__Problem requirements__:
Return verbatim all lines from the first one in the records to the line with "(-10.4902, -7.4172), align=None)", both ends kept.

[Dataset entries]
*** Block opens ***

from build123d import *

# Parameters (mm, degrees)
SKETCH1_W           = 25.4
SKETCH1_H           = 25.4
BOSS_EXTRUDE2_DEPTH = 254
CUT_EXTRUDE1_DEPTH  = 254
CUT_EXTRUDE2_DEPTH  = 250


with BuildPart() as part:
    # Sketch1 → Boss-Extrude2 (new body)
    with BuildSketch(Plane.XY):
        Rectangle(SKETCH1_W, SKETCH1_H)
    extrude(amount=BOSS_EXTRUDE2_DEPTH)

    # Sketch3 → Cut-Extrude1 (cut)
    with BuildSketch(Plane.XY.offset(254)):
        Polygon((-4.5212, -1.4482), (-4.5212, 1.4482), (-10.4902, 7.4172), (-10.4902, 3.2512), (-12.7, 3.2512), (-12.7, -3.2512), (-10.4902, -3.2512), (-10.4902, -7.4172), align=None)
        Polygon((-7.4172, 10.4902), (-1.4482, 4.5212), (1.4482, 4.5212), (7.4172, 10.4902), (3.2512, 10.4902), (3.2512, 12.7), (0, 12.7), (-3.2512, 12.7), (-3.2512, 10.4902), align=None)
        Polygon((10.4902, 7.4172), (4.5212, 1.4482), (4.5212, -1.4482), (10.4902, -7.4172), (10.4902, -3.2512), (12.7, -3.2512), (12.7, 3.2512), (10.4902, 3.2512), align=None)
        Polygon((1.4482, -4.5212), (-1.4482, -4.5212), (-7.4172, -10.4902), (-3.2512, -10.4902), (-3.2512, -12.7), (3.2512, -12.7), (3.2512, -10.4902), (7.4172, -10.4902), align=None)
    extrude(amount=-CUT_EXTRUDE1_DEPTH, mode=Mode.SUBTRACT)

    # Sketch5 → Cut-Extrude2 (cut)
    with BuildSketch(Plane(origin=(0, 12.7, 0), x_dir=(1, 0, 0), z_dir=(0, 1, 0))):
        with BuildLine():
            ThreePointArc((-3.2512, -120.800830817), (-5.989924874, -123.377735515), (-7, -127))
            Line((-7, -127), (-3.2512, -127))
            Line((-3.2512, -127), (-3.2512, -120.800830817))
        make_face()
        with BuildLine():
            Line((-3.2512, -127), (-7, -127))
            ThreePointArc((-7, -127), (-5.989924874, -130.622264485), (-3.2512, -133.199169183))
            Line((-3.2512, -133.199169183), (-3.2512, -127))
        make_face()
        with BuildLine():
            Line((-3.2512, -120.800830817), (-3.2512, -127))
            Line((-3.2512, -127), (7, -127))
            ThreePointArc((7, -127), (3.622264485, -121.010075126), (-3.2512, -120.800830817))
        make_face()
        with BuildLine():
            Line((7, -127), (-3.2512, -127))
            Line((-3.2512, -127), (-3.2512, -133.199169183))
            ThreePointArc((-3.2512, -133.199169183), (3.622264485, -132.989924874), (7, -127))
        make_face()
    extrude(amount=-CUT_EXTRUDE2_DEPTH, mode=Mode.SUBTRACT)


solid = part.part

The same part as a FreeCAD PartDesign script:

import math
import FreeCAD as App
import Part
import Sketcher
Q = App.Units.Quantity

doc = App.newDocument("Part")
body = doc.addObject("PartDesign::Body", "Body")

# Sketch on XY plane
sketch1 = body.newObject("Sketcher::SketchObject", "Sketch")
sketch1.AttachmentSupport = (doc.getObject("XY_Plane"), [""])
sketch1.MapMode = "FlatFace"
sketch1.addGeometry(Part.LineSegment(App.Vector(-12.7, 12.7, 0), App.Vector(-12.7, -12.7, 0)), False)
sketch1.addGeometry(Part.LineSegment(App.Vector(-12.7, -12.7, 0), App.Vector(12.7, -12.7, 0)), False)
sketch1.addGeometry(Part.LineSegment(App.Vector(12.7, -12.7, 0), App.Vector(12.7, 12.7, 0)), False)
sketch1.addGeometry(Part.LineSegment(App.Vector(12.7, 12.7, 0), App.Vector(-12.7, 12.7, 0)), False)
sketch1.addConstraint(Sketcher.Constraint("Coincident", 0, 2, 1, 1))
sketch1.addConstraint(Sketcher.Constraint("Coincident", 1, 2, 2, 1))
sketch1.addConstraint(Sketcher.Constraint("Coincident", 2, 2, 3, 1))
sketch1.addConstraint(Sketcher.Constraint("Coincident", 3, 2, 0, 1))
sketch1.addConstraint(Sketcher.Constraint("Vertical", 0))
sketch1.addConstraint(Sketcher.Constraint("Horizontal", 1))
sketch1.addConstraint(Sketcher.Constraint("Vertical", 2))
sketch1.addConstraint(Sketcher.Constraint("Horizontal", 3))
sketch1.addConstraint(Sketcher.Constraint("Symmetric", 0, 2, 2, 2, -1, 1))
sketch1.addConstraint(Sketcher.Constraint("Equal", 3, 0))
sketch1.addConstraint(Sketcher.Constraint("DistanceX", 1, 1, 1, 2, Q("1 in")))
pad1 = body.newObject("PartDesign::Pad", "Pad")
pad1.Profile = sketch1
pad1.Length = Q("10 in")
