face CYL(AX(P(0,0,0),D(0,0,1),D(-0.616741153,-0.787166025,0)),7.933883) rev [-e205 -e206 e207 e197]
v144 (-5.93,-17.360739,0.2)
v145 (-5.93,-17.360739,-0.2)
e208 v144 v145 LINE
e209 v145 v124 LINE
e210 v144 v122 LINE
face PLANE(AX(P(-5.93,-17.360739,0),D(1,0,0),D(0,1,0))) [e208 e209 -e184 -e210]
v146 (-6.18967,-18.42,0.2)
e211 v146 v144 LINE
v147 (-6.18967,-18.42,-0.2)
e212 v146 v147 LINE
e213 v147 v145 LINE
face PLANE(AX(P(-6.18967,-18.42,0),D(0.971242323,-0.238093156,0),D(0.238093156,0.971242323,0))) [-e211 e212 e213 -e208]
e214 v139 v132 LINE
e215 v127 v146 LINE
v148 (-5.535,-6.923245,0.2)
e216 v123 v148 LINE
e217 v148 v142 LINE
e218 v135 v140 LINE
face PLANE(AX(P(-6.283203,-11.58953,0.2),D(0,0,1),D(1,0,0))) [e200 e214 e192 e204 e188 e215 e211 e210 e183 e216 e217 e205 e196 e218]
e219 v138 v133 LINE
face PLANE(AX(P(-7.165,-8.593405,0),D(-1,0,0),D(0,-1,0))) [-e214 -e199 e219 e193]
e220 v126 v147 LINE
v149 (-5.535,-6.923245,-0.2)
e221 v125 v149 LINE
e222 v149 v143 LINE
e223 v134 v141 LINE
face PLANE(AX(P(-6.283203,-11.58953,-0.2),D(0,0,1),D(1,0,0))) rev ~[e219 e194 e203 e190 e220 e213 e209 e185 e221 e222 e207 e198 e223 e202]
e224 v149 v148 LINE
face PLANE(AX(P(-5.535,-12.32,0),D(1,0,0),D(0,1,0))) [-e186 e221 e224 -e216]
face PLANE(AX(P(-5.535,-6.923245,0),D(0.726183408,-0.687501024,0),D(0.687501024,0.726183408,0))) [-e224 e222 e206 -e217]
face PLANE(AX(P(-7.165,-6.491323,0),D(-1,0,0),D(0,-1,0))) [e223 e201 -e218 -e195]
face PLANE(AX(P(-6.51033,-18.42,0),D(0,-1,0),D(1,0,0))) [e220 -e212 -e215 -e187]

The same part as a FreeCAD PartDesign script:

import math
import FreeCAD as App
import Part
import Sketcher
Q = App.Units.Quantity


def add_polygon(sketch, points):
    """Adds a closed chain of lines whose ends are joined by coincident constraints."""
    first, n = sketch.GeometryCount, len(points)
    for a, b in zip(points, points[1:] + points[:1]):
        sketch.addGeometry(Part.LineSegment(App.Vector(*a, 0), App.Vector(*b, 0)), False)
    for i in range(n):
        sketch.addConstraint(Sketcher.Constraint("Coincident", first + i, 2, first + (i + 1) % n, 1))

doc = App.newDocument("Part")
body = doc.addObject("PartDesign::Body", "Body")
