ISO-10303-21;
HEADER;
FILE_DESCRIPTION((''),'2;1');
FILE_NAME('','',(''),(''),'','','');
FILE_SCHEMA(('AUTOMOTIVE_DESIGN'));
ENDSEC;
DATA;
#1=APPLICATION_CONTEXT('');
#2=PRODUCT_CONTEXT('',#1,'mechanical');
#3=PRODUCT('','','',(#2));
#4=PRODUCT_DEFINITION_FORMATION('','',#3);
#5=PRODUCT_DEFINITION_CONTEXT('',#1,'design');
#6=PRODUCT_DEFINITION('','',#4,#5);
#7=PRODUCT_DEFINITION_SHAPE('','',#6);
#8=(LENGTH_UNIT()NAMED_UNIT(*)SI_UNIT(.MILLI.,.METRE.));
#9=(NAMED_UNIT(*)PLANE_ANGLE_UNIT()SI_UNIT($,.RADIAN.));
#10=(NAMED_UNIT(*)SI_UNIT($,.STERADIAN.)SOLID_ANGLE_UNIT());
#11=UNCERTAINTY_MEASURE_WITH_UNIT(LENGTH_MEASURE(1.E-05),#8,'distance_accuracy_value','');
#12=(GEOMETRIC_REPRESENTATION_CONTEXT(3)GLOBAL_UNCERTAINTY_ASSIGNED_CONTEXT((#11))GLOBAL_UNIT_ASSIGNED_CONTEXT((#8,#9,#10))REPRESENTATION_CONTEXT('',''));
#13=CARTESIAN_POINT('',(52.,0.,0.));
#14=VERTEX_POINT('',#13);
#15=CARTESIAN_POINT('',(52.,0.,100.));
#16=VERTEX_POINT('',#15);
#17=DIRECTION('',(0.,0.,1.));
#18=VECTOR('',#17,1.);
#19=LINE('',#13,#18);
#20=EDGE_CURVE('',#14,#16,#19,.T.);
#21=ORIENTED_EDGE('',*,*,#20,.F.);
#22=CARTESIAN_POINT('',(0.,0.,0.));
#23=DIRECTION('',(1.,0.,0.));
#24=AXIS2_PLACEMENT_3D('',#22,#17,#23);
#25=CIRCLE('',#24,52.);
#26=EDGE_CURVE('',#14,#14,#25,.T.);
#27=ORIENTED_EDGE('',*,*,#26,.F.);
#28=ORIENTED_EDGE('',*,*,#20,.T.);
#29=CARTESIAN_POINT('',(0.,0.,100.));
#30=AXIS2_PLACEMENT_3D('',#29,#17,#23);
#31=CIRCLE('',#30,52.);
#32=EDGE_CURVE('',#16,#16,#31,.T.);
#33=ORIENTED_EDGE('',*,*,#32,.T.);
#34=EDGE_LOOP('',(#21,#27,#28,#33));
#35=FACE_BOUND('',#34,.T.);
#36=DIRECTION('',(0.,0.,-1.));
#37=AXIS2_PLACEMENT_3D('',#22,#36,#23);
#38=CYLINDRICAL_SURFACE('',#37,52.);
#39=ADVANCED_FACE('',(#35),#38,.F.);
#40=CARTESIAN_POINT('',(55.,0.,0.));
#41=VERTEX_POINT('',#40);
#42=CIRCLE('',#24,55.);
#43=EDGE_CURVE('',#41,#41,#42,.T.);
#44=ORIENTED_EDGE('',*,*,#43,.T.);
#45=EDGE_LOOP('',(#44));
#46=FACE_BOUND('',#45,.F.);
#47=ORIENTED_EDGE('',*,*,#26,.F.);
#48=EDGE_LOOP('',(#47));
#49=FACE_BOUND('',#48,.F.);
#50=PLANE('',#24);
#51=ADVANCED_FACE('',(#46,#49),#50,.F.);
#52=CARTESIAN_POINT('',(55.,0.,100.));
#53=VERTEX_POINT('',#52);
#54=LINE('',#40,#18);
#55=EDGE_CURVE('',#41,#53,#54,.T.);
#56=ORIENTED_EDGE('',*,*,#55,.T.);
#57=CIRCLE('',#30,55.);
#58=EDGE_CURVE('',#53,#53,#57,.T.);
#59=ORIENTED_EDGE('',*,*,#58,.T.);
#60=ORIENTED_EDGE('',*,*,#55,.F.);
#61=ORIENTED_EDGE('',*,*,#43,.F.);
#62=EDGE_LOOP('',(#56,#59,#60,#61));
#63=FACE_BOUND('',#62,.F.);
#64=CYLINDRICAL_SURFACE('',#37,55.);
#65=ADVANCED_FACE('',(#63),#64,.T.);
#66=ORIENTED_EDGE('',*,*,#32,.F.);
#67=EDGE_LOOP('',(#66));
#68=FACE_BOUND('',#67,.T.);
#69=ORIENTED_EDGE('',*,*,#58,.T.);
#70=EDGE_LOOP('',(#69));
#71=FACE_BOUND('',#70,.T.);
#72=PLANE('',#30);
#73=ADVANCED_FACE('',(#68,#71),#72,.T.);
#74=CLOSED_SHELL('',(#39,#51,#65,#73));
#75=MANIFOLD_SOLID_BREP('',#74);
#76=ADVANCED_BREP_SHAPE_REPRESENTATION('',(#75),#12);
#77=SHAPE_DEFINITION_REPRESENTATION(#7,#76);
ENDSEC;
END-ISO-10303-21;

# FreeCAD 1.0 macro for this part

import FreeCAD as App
import Part
import Sketcher
from FreeCAD import Vector
Q = App.Units.Quantity

doc = App.newDocument("Part")
params = doc.addObject("Spreadsheet::Sheet", "Params")
for row, (alias, value) in enumerate([
    ("pad1_length", "3.9370079 in"),
], start=1):
    params.set(f"A{row}", alias)
    params.set(f"B{row}", "=" + value)
    params.setAlias(f"B{row}", alias)

body = doc.addObject("PartDesign::Body", "Body")

# Sketch on XY plane
sketch1 = body.newObject("Sketcher::SketchObject", "Sketch")
sketch1.AttachmentSupport = (doc.getObject("XY_Plane"), [""])
sketch1.MapMode = "FlatFace"
sketch1.addGeometry([
    Part.Circle(Vector(0, 0, 0), Vector(0, 0, 1), 55),
    Part.Circle(Vector(0, 0, 0), Vector(0, 0, 1), 52),
], False)
sketch1.addConstraint([
    Sketcher.Constraint("Coincident", 0, 3, -1, 1),
    Sketcher.Constraint("Coincident", 1, 3, -1, 1),
    Sketcher.Constraint("Diameter", 0, Q("4.3307 in")),
    Sketcher.Constraint("Diameter", 1, Q("4.0945 in")),
])
pad1 = body.newObject("PartDesign::Pad", "Pad")
pad1.Profile = sketch1
pad1.setExpression("Length", "Params.pad1_length")

doc.recompute()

*** Block closes ***

__Answer space__:
from build123d import *

# Parameters (mm, degrees)
SKETCH1_W           = 25.4
SKETCH1_H           = 25.4
BOSS_EXTRUDE2_DEPTH = 254
CUT_EXTRUDE1_DEPTH  = 254
CUT_EXTRUDE2_DEPTH  = 250


with BuildPart() as part:
    # Sketch1 → Boss-Extrude2 (new body)
    with BuildSketch(Plane.XY):
        Rectangle(SKETCH1_W, SKETCH1_H)
    extrude(amount=BOSS_EXTRUDE2_DEPTH)

    # Sketch3 → Cut-Extrude1 (cut)
    with BuildSketch(Plane.XY.offset(254)):
        Polygon((-4.5212, -1.4482), (-4.5212, 1.4482), (-10.4902, 7.4172), (-10.4902, 3.2512), (-12.7, 3.2512), (-12.7, -3.2512), (-10.4902, -3.2512), (-10.4902, -7.4172), align=None)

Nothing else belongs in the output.